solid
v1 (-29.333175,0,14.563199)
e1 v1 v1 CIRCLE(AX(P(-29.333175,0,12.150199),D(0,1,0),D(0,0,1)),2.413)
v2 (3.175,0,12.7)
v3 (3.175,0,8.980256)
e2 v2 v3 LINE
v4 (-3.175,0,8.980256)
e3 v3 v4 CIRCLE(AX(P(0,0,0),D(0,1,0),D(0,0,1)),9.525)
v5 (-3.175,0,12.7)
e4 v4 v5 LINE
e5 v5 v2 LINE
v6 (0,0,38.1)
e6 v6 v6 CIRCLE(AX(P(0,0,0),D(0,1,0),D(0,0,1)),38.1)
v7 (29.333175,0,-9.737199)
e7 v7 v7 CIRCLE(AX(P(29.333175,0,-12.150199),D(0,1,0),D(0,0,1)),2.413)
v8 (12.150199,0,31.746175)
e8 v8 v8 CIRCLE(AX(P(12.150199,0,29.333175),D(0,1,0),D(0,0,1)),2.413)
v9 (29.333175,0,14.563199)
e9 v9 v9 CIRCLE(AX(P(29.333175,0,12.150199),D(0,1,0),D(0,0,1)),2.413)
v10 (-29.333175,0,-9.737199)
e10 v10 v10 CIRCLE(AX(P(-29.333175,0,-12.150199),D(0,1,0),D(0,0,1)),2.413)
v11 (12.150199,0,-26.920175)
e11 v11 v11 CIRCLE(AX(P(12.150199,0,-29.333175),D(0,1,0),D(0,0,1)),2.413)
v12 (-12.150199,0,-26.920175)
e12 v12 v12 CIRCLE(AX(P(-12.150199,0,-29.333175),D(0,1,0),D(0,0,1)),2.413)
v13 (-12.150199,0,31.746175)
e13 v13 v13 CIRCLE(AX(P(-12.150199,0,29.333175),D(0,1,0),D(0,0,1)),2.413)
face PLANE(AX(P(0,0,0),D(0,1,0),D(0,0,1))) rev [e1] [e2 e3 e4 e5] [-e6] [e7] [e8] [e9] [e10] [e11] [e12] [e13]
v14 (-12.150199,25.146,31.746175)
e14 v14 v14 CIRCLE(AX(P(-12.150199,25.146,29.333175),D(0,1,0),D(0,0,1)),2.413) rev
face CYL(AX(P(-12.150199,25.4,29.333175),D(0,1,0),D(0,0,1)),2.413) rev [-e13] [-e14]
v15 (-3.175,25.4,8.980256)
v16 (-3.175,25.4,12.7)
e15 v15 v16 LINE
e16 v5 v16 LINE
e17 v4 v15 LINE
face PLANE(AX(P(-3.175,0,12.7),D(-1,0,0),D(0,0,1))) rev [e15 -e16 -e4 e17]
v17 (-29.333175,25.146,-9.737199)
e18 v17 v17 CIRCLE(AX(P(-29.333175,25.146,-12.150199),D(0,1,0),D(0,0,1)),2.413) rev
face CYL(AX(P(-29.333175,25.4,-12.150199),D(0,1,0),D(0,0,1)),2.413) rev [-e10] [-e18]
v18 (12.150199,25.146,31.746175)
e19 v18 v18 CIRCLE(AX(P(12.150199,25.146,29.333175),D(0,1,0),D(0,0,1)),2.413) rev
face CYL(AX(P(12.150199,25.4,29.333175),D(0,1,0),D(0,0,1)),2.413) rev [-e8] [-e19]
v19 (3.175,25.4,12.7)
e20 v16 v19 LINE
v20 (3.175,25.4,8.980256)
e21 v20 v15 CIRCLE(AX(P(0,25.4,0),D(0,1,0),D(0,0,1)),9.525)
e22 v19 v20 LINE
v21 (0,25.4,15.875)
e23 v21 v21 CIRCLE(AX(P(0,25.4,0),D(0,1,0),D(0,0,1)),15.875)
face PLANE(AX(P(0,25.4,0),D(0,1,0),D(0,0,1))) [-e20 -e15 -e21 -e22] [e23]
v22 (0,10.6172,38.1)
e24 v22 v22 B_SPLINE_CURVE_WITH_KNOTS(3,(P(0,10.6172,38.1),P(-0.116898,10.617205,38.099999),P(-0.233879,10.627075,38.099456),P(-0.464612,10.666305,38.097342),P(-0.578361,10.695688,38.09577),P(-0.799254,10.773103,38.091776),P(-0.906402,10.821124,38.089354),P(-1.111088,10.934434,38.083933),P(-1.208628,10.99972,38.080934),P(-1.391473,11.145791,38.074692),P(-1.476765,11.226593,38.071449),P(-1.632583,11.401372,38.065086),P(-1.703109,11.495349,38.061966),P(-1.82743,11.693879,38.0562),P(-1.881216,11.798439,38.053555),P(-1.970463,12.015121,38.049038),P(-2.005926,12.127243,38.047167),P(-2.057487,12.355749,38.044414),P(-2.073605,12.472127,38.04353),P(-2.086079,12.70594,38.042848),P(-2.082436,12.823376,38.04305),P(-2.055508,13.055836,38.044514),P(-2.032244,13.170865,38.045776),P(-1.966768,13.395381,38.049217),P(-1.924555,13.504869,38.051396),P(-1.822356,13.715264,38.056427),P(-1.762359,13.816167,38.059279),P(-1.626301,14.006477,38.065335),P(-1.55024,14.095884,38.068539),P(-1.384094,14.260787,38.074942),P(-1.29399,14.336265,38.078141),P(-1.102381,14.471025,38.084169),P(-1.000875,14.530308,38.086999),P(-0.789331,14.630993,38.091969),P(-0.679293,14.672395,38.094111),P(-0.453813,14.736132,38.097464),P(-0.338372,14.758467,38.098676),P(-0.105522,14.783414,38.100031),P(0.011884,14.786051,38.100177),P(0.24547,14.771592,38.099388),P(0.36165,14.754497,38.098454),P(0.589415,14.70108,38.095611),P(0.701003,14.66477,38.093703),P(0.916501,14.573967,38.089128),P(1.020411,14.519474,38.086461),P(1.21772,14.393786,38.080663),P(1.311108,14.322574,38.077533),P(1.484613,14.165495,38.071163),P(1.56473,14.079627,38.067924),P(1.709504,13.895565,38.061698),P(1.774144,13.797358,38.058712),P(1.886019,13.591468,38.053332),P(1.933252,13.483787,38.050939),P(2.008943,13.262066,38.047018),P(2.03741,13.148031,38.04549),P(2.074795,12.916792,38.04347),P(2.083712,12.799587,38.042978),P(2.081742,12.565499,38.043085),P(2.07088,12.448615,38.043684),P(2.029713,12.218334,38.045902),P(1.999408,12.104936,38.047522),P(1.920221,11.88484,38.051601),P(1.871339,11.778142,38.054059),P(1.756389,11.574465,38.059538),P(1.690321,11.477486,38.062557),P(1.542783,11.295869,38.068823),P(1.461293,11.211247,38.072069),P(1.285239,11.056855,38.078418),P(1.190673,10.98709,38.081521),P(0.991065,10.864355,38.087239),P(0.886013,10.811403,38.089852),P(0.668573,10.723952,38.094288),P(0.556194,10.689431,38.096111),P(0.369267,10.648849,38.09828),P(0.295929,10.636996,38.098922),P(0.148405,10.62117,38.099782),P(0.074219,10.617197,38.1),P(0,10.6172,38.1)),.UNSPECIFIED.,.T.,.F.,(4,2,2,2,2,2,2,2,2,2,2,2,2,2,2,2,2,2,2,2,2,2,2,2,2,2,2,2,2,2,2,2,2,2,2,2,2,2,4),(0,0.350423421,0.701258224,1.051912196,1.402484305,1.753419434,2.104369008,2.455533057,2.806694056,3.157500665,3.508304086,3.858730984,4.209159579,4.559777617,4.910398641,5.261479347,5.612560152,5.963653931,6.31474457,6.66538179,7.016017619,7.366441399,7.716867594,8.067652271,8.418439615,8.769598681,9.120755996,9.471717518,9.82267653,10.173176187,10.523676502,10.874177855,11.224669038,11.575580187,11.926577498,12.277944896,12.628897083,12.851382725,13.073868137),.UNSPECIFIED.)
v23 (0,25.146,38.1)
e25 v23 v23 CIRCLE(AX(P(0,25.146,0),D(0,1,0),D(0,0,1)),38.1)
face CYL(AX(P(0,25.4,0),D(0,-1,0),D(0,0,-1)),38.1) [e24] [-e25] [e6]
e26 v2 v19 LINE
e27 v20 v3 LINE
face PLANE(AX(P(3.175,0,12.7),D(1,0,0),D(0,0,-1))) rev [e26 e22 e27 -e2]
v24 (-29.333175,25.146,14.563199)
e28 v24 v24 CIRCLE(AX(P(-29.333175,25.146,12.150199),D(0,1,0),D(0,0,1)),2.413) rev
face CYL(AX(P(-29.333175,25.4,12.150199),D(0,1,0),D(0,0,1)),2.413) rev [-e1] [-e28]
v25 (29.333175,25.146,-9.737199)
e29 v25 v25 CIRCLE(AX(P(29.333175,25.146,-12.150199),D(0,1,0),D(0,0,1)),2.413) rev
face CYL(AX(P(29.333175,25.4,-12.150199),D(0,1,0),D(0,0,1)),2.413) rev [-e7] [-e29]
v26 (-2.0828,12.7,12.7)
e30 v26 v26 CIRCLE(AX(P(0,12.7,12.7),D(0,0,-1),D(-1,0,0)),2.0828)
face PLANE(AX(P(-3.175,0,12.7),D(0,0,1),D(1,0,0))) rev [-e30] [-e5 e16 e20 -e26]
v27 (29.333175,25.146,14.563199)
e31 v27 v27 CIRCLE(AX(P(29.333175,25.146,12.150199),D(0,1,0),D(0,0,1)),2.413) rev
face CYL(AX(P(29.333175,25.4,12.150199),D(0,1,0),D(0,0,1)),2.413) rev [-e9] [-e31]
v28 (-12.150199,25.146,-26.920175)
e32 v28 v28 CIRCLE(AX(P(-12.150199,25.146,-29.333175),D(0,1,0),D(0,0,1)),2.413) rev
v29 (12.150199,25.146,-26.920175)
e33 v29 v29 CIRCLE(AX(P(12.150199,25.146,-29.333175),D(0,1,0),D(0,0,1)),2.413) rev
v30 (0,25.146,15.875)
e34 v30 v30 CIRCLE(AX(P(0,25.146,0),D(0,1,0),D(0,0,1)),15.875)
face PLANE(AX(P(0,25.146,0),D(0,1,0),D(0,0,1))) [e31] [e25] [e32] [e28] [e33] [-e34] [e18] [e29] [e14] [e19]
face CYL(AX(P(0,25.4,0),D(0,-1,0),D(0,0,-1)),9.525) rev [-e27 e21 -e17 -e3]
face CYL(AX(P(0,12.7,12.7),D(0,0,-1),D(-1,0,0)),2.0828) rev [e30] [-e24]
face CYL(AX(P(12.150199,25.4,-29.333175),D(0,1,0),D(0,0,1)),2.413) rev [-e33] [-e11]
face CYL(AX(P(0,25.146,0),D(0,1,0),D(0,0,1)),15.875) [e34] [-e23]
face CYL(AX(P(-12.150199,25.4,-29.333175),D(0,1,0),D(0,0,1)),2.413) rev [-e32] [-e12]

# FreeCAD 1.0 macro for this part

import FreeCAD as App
import Part
import Sketcher
Q = App.Units.Quantity


def add_polygon(sketch, points):
    """Adds a closed chain of lines whose ends are joined by coincident constraints."""
    first, n = sketch.GeometryCount, len(points)
    for a, b in zip(points, points[1:] + points[:1]):
        sketch.addGeometry(Part.LineSegment(App.Vector(*a, 0), App.Vector(*b, 0)), False)
    for i in range(n):
        sketch.addConstraint(Sketcher.Constraint("Coincident", first + i, 2, first + (i + 1) % n, 1))

doc = App.newDocument("Part")
body = doc.addObject("PartDesign::Body", "Body")

sketch1 = body.newObject("Sketcher::SketchObject", "Sketch")
sketch1.AttachmentSupport = (doc.getObject("XZ_Plane"), [""])
sketch1.MapMode = "FlatFace"
sketch1.addGeometry([
    Part.Circle(App.Vector(0, 0, 0), App.Vector(0, 0, 1), 38),
    Part.Circle(App.Vector(0, 0, 0), App.Vector(0, 0, 1), 10),
], False)
sketch1.addConstraint([
    Sketcher.Constraint("Coincident", 0, 3, -1, 1),
    Sketcher.Constraint("Coincident", 1, 3, -1, 1),
    Sketcher.Constraint("Diameter", 0, Q("3 in")),
    Sketcher.Constraint("Diameter", 1, Q("0.75 in")),
])
pad1 = body.newObject("PartDesign::Pad", "Pad")
pad1.Profile = sketch1
pad1.Length = Q("1 in")
pad1.Reversed = True

sketch2 = body.newObject("Sketcher::SketchObject", "Sketch001")
sketch2.AttachmentSupport = (doc.getObject("XZ_Plane"), [""])
sketch2.MapMode = "FlatFace"
sketch2.AttachmentOffset = App.Placement(App.Vector(0, 0, -1 * 25.4), App.Rotation())
sketch2.addGeometry(Part.Circle(App.Vector(-29.3, -12.2, 0), App.Vector(0, 0, 1), 2.4), False)
sketch2.addConstraint([
    Sketcher.Constraint("Diameter", 0, Q("0.19 in")),
    Sketcher.Constraint("DistanceY", 0, 3, -1, 1, Q("12.150199 mm")),
    Sketcher.Constraint("DistanceX", 0, 3, -1, 1, Q("29.333175 mm")),
])
doc.recompute()
hole = body.newObject("PartDesign::Hole", "Hole")
hole.Profile = sketch2
hole.ThreadType = "None"
hole.Diameter = Q("0.19 in")
hole.DepthType = "ThroughAll"
hole.Reversed = True
doc.recompute()

polarpattern = body.newObject("PartDesign::PolarPattern", "PolarPattern")
polarpattern.Originals = [hole]
polarpattern.Axis = (doc.getObject("Y_Axis"), [""])
polarpattern.Angle = 360
polarpattern.Occurrences = 8
body.Tip = polarpattern

sketch3 = body.newObject("Sketcher::SketchObject", "Sketch002")
sketch3.AttachmentSupport = (doc.getObject("XZ_Plane"), [""])
sketch3.MapMode = "FlatFace"
sketch3.AttachmentOffset = App.Placement(App.Vector(0, 0, -1 * 25.4), App.Rotation())
add_polygon(sketch3, [(-3, 6), (-3, 13), (3, 13), (3, 6)])
sketch3.addConstraint([
    Sketcher.Constraint("Vertical", 0),
    Sketcher.Constraint("Horizontal", 1),
    Sketcher.Constraint("Vertical", 2),
    Sketcher.Constraint("Horizontal", 3),
    Sketcher.Constraint("Equal", 3, 0),
    Sketcher.Constraint("DistanceX", 1, 1, 1, 2, Q("0.25 in")),
    Sketcher.Constraint("DistanceY", -1, 1, 0, 2, Q("0.5 in")),
    Sketcher.Constraint("DistanceX", 0, 2, -1, 1, Q("0.125 in")),
])
pocket1 = body.newObject("PartDesign::Pocket", "Pocket")
pocket1.Profile = sketch3
pocket1.Type = "ThroughAll"
pocket1.Reversed = True

sketch4 = body.newObject("Sketcher::SketchObject", "Sketch003")
sketch4.AttachmentSupport = (doc.getObject("YZ_Plane"), [""])
sketch4.MapMode = "FlatFace"
add_polygon(sketch4, [(12.7, 38.1), (12.7, 12.7), (14.8, 12.7), (14.8, 38.1)])
sketch4.addGeometry(Part.LineSegment(App.Vector(12.7, 12.7, 0), App.Vector(12.7, 38.1, 0)), True)
sketch4.addConstraint([
    Sketcher.Constraint("Vertical", 0),
    Sketcher.Constraint("Horizontal", 1),
    Sketcher.Constraint("Vertical", 2),
    Sketcher.Constraint("Horizontal", 3),
    Sketcher.Constraint("Vertical", 4),
    Sketcher.Constraint("Coincident", 4, 1, 0, 2),
    Sketcher.Constraint("Horizontal", 2, 2, 4, 2),
    Sketcher.Constraint("DistanceY", 0, 2, 0, 1, Q("1 in")),
    Sketcher.Constraint("DistanceX", -1, 1, 0, 2, Q("0.5 in")),
    Sketcher.Constraint("DistanceY", -1, 1, 0, 2, Q("0.5 in")),
    Sketcher.Constraint("DistanceX", 1, 1, 1, 2, Q("0.082 in")),
])
groove = body.newObject("PartDesign::Groove", "Groove")
groove.Profile = sketch4
groove.ReferenceAxis = (sketch4, ["Axis0"])
groove.Angle = 360

sketch5 = body.newObject("Sketcher::SketchObject", "Sketch004")
sketch5.AttachmentSupport = (doc.getObject("XZ_Plane"), [""])
sketch5.MapMode = "FlatFace"
sketch5.AttachmentOffset = App.Placement(App.Vector(0, 0, -1 * 25.4), App.Rotation())
add_polygon(sketch5, [(-50, -50), (-50, 50), (50, 50), (50, -50)])
sketch5.addGeometry(Part.Circle(App.Vector(0, 0, 0), App.Vector(0, 0, 1), 16), False)
sketch5.addConstraint([
    Sketcher.Constraint("Vertical", 0),
    Sketcher.Constraint("Horizontal", 1),
    Sketcher.Constraint("Vertical", 2),
    Sketcher.Constraint("Horizontal", 3),
    Sketcher.Constraint("Coincident", 4, 3, -1, 1),
    Sketcher.Constraint("Symmetric", 0, 2, 2, 2, -1, 1),
    Sketcher.Constraint("Equal", 3, 0),
    Sketcher.Constraint("Diameter", 4, Q("1.25 in")),
    Sketcher.Constraint("DistanceX", 1, 1, 1, 2, Q("100.344 mm")),
])
pocket2 = body.newObject("PartDesign::Pocket", "Pocket001")
pocket2.Profile = sketch5
pocket2.Length = Q("0.01 in")
pocket2.Reversed = True

doc.recompute()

-.-.-

To do
Lines wanted from the listing above: the line with "v6 (0,0,38.1)" up to and including the line with "v22 (0,10.6172,38.1)". Please write them out exactly, adding nothing else.

Written answer
v6 (0,0,38.1)
e6 v6 v6 CIRCLE(AX(P(0,0,0),D(0,1,0),D(0,0,1)),38.1)
v7 (29.333175,0,-9.737199)
e7 v7 v7 CIRCLE(AX(P(29.333175,0,-12.150199),D(0,1,0),D(0,0,1)),2.413)
v8 (12.150199,0,31.746175)
e8 v8 v8 CIRCLE(AX(P(12.150199,0,29.333175),D(0,1,0),D(0,0,1)),2.413)
v9 (29.333175,0,14.563199)
e9 v9 v9 CIRCLE(AX(P(29.333175,0,12.150199),D(0,1,0),D(0,0,1)),2.413)
v10 (-29.333175,0,-9.737199)
e10 v10 v10 CIRCLE(AX(P(-29.333175,0,-12.150199),D(0,1,0),D(0,0,1)),2.413)
v11 (12.150199,0,-26.920175)
e11 v11 v11 CIRCLE(AX(P(12.150199,0,-29.333175),D(0,1,0),D(0,0,1)),2.413)
v12 (-12.150199,0,-26.920175)
e12 v12 v12 CIRCLE(AX(P(-12.150199,0,-29.333175),D(0,1,0),D(0,0,1)),2.413)
v13 (-12.150199,0,31.746175)
e13 v13 v13 CIRCLE(AX(P(-12.150199,0,29.333175),D(0,1,0),D(0,0,1)),2.413)
face PLANE(AX(P(0,0,0),D(0,1,0),D(0,0,1))) rev [e1] [e2 e3 e4 e5] [-e6] [e7] [e8] [e9] [e10] [e11] [e12] [e13]
v14 (-12.150199,25.146,31.746175)
e14 v14 v14 CIRCLE(AX(P(-12.150199,25.146,29.333175),D(0,1,0),D(0,0,1)),2.413) rev
face CYL(AX(P(-12.150199,25.4,29.333175),D(0,1,0),D(0,0,1)),2.413) rev [-e13] [-e14]
v15 (-3.175,25.4,8.980256)
v16 (-3.175,25.4,12.7)
e15 v15 v16 LINE
e16 v5 v16 LINE
e17 v4 v15 LINE
face PLANE(AX(P(-3.175,0,12.7),D(-1,0,0),D(0,0,1))) rev [e15 -e16 -e4 e17]
v17 (-29.333175,25.146,-9.737199)
e18 v17 v17 CIRCLE(AX(P(-29.333175,25.146,-12.150199),D(0,1,0),D(0,0,1)),2.413) rev
face CYL(AX(P(-29.333175,25.4,-12.150199),D(0,1,0),D(0,0,1)),2.413) rev [-e10] [-e18]
v18 (12.150199,25.146,31.746175)
e19 v18 v18 CIRCLE(AX(P(12.150199,25.146,29.333175),D(0,1,0),D(0,0,1)),2.413) rev
face CYL(AX(P(12.150199,25.4,29.333175),D(0,1,0),D(0,0,1)),2.413) rev [-e8] [-e19]
v19 (3.175,25.4,12.7)
e20 v16 v19 LINE
v20 (3.175,25.4,8.980256)
e21 v20 v15 CIRCLE(AX(P(0,25.4,0),D(0,1,0),D(0,0,1)),9.525)
e22 v19 v20 LINE
v21 (0,25.4,15.875)
e23 v21 v21 CIRCLE(AX(P(0,25.4,0),D(0,1,0),D(0,0,1)),15.875)
face PLANE(AX(P(0,25.4,0),D(0,1,0),D(0,0,1))) [-e20 -e15 -e21 -e22] [e23]
v22 (0,10.6172,38.1)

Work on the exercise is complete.